I find it interesting that all three of these responses which I have heard the most have one thing in common. They all seek to change the nation by legal changes, by externals. "Let’s make laws to control guns." "Let’s make it legal to pray in our public schools." "Let’s put the law of God on the walls of our schools." Only God knows how much good any of these changes would really make, and I want to be clear in saying that I do not have the foresight needed to deny or to affirm much about any of these proposed changes. They may all do good; they may all help not a bit. I lack the insight needed to say anything with certainty about such matters.

But I do know that as a people of the Bible we go first to Scripture when we try to respond to any issue of any kind. And I find it interesting that Jesus was opposed and condemned by Jewish leaders who read and revered the Ten Commandments and who certainly would have insisted that prayer took place in all Jewish schools.

Now please do not mishear me. Posting the Ten Commandments might have a positive impact in our public schools. Having public prayers there might too. Any number of changes might help, changes that no one has even thought of yet.

But we must be clear, brothers and sisters. We must stay focused on what God wants most of all. The changes that are most important to God do not take place this way. The changes God wants begin on the inside; they happen by the power of God working within the human heart.

Be reminded of our Scripture reading. Nicodemus was a leader of the Jews. He knew the Ten Commandments. He knew how to pray. But even if he had been able to articulate the best possible view on laws regulating weapons, Jesus would still have made clear that Nicodemus’s real need would only be met when he was born again by the power of God’s Holy Spirit.

I have no problem with any believer entering energetically into the debate concerning gun control. I have no problem with any believer entering energetically into the debate concerning public prayers in public schools. I have no problem with believers who enter energetically into the debate concerning the posting of the Ten Commandments in public schools. I would not be surprised at all to learn that some are called by God to participate in such debates.

But brothers and sisters, I think God has a problem with us when we become so focused on change regarding those issues that we forget the real change God desires. God desires for people to be born again by the power of the Holy Spirit, because God knows that new birth means new person, and new persons create a new nation of righteousness, justice, and peace.

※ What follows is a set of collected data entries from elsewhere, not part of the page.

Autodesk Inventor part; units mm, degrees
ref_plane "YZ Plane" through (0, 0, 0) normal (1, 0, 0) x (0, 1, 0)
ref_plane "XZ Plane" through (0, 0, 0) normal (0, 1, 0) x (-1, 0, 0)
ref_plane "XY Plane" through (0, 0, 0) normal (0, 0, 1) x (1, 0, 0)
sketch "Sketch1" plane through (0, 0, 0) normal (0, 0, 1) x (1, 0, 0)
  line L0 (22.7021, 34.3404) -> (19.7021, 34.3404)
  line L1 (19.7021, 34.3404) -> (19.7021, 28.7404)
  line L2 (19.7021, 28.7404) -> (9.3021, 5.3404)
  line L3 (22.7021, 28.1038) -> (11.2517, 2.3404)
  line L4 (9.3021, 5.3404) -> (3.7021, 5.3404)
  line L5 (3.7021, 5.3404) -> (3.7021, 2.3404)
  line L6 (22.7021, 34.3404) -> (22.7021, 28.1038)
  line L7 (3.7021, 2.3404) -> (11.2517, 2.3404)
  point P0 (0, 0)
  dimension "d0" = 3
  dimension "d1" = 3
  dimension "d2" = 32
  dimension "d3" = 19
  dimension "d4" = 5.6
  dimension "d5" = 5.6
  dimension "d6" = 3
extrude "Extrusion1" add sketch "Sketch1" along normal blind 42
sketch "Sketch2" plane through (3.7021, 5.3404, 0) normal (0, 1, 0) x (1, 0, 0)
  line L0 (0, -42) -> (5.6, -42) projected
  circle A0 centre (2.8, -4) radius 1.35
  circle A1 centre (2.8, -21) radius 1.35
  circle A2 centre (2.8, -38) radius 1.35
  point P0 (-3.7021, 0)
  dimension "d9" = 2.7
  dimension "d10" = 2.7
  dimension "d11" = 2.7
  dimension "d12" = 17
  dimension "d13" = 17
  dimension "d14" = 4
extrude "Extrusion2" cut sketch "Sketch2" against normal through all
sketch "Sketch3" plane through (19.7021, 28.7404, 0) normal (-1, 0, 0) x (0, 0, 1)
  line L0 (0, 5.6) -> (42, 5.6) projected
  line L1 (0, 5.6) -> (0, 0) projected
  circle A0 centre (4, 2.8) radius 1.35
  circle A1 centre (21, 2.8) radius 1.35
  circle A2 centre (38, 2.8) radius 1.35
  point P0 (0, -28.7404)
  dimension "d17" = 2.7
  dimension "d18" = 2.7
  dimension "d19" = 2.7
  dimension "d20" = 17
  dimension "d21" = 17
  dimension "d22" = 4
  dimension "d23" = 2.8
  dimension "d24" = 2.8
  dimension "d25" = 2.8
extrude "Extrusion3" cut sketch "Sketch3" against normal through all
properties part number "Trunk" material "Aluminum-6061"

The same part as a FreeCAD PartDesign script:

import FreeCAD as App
import Part
import Sketcher
Q = App.Units.Quantity


def add_polygon(sketch, points):
    """Adds a closed chain of lines whose ends are joined by coincident constraints."""
    first, n = sketch.GeometryCount, len(points)
    for a, b in zip(points, points[1:] + points[:1]):
        sketch.addGeometry(Part.LineSegment(App.Vector(*a, 0), App.Vector(*b, 0)), False)
    for i in range(n):
        sketch.addConstraint(Sketcher.Constraint("Coincident", first + i, 2, first + (i + 1) % n, 1))

doc = App.newDocument("Part")
body = doc.addObject("PartDesign::Body", "Body")

# Sketch on XY plane
sketch1 = body.newObject("Sketcher::SketchObject", "Sketch")
sketch1.AttachmentSupport = (doc.getObject("XY_Plane"), [""])
sketch1.MapMode = "FlatFace"
add_polygon(sketch1, [(22.7, 28.1), (22.7, 34.3), (19.7, 34.3), (19.7, 28.7), (9.3, 5.3), (3.7, 5.3), (3.7, 2.3), (11.3, 2.3)])  # lines 0-7
sketch1.addConstraint([
    Sketcher.Constraint("Vertical", 0),
    Sketcher.Constraint("Horizontal", 1),
    Sketcher.Constraint("Vertical", 2),
    Sketcher.Constraint("Horizontal", 4),
    Sketcher.Constraint("Vertical", 5),
    Sketcher.Constraint("Horizontal", 6),
    Sketcher.Constraint("Parallel", 3, 7),
    Sketcher.Constraint("Equal", 4, 2),
    Sketcher.Constraint("Equal", 1, 5),
    Sketcher.Constraint("DistanceX", 1, 2, 1, 1, Q("3 mm")),
    Sketcher.Constraint("DistanceX", 4, 2, 4, 1, Q("5.6 mm")),
    Sketcher.Constraint("DistanceX", 4, 2, 0, 2, Q("19 mm")),
    Sketcher.Constraint("DistanceY", 5, 2, 1, 2, Q("32 mm")),
    Sketcher.Constraint("DistanceX", 6, 1, 6, 2, Q("7.5496 mm")),
    Sketcher.Constraint("DistanceX", -1, 1, 0, 2, Q("22.702 mm")),
    Sketcher.Constraint("DistanceY", -1, 1, 0, 2, Q("34.3404 mm")),
])
pad1 = body.newObject("PartDesign::Pad", "Pad")
pad1.Profile = sketch1
pad1.Length = 42

# Sketch on XZ plane
sketch2 = body.newObject("Sketcher::SketchObject", "Sketch001")
sketch2.AttachmentSupport = (doc.getObject("XZ_Plane"), [""])
sketch2.MapMode = "FlatFace"
sketch2.AttachmentOffset = App.Placement(App.Vector(0, 0, -5.3404), App.Rotation())
sketch2.addGeometry([
    Part.Circle(App.Vector(6.5, 4, 0), App.Vector(0, 0, 1), 1.4),
    Part.Circle(App.Vector(6.5, 21, 0), App.Vector(0, 0, 1), 1.4),
    Part.Circle(App.Vector(6.5, 38, 0), App.Vector(0, 0, 1), 1.4),
], False)
sketch2.addConstraint([
    Sketcher.Constraint("Equal", 0, 1),
    Sketcher.Constraint("Equal", 1, 2),
    Sketcher.Constraint("Vertical", 0, 3, 1, 3),
    Sketcher.Constraint("Vertical", 1, 3, 2, 3),
    Sketcher.Constraint("Diameter", 0, Q("2.7 mm")),
    Sketcher.Constraint("DistanceY", -1, 1, 0, 3, Q("4 mm")),
    Sketcher.Constraint("DistanceY", 0, 3, 1, 3, Q("17 mm")),
    Sketcher.Constraint("DistanceY", 1, 3, 2, 3, Q("17 mm")),
    Sketcher.Constraint("DistanceX", -1, 1, 0, 3, Q("6.502 mm")),
])
pocket1 = body.newObject("PartDesign::Pocket", "Pocket")
pocket1.Profile = sketch2
pocket1.Type = "ThroughAll"
pocket1.Reversed = True

# Sketch on YZ plane
sketch3 = body.newObject("Sketcher::SketchObject", "Sketch002")
sketch3.AttachmentSupport = (doc.getObject("YZ_Plane"), [""])
sketch3.MapMode = "FlatFace"
sketch3.AttachmentOffset = App.Placement(App.Vector(0, 0, 19.7021), App.Rotation())
sketch3.addGeometry([
    Part.Circle(App.Vector(31.5, 4, 0), App.Vector(0, 0, 1), 1.4),
    Part.Circle(App.Vector(31.5, 21, 0), App.Vector(0, 0, 1), 1.4),
    Part.Circle(App.Vector(31.5, 38, 0), App.Vector(0, 0, 1), 1.4),
], False)
sketch3.addConstraint([
    Sketcher.Constraint("Equal", 0, 1),
    Sketcher.Constraint("Equal", 1, 2),
    Sketcher.Constraint("Vertical", 0, 3, 1, 3),
    Sketcher.Constraint("Vertical", 1, 3, 2, 3),
    Sketcher.Constraint("Diameter", 0, Q("2.7 mm")),
    Sketcher.Constraint("DistanceY", -1, 1, 0, 3, Q("4 mm")),
    Sketcher.Constraint("DistanceY", 0, 3, 1, 3, Q("17 mm")),
    Sketcher.Constraint("DistanceY", 1, 3, 2, 3, Q("17 mm")),
    Sketcher.Constraint("DistanceX", -1, 1, 0, 3, Q("31.5404 mm")),
])
pocket2 = body.newObject("PartDesign::Pocket", "Pocket001")
pocket2.Profile = sketch3
pocket2.Type = "ThroughAll"
pocket2.Reversed = True

doc.recompute()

Sisters and brothers, may we quit looking to laws made by secular bodies as the answer to America’s problems. Americans need new birth from God. That is the answer. We know it. We have it. Let’s share it. Let’s spread the Word that has saved our lives and will save our nation and the world as God wants them saved.

New birth, new nation. New nation by new birth. That’s our goal. No other will do. Let’s focus on the goal of God. New birth, new nation. May the sound of God’s vision ring in our ears. May God’s vision be imprinted on our hearts.

Brother Scott Mack is going to come and lead us in a prayer for our nation. Let’s all join him in that prayer. Let’s all pray that more and more people will be born again by faith in Jesus and by the power of God’s Holy Spirit. Scott come lead us.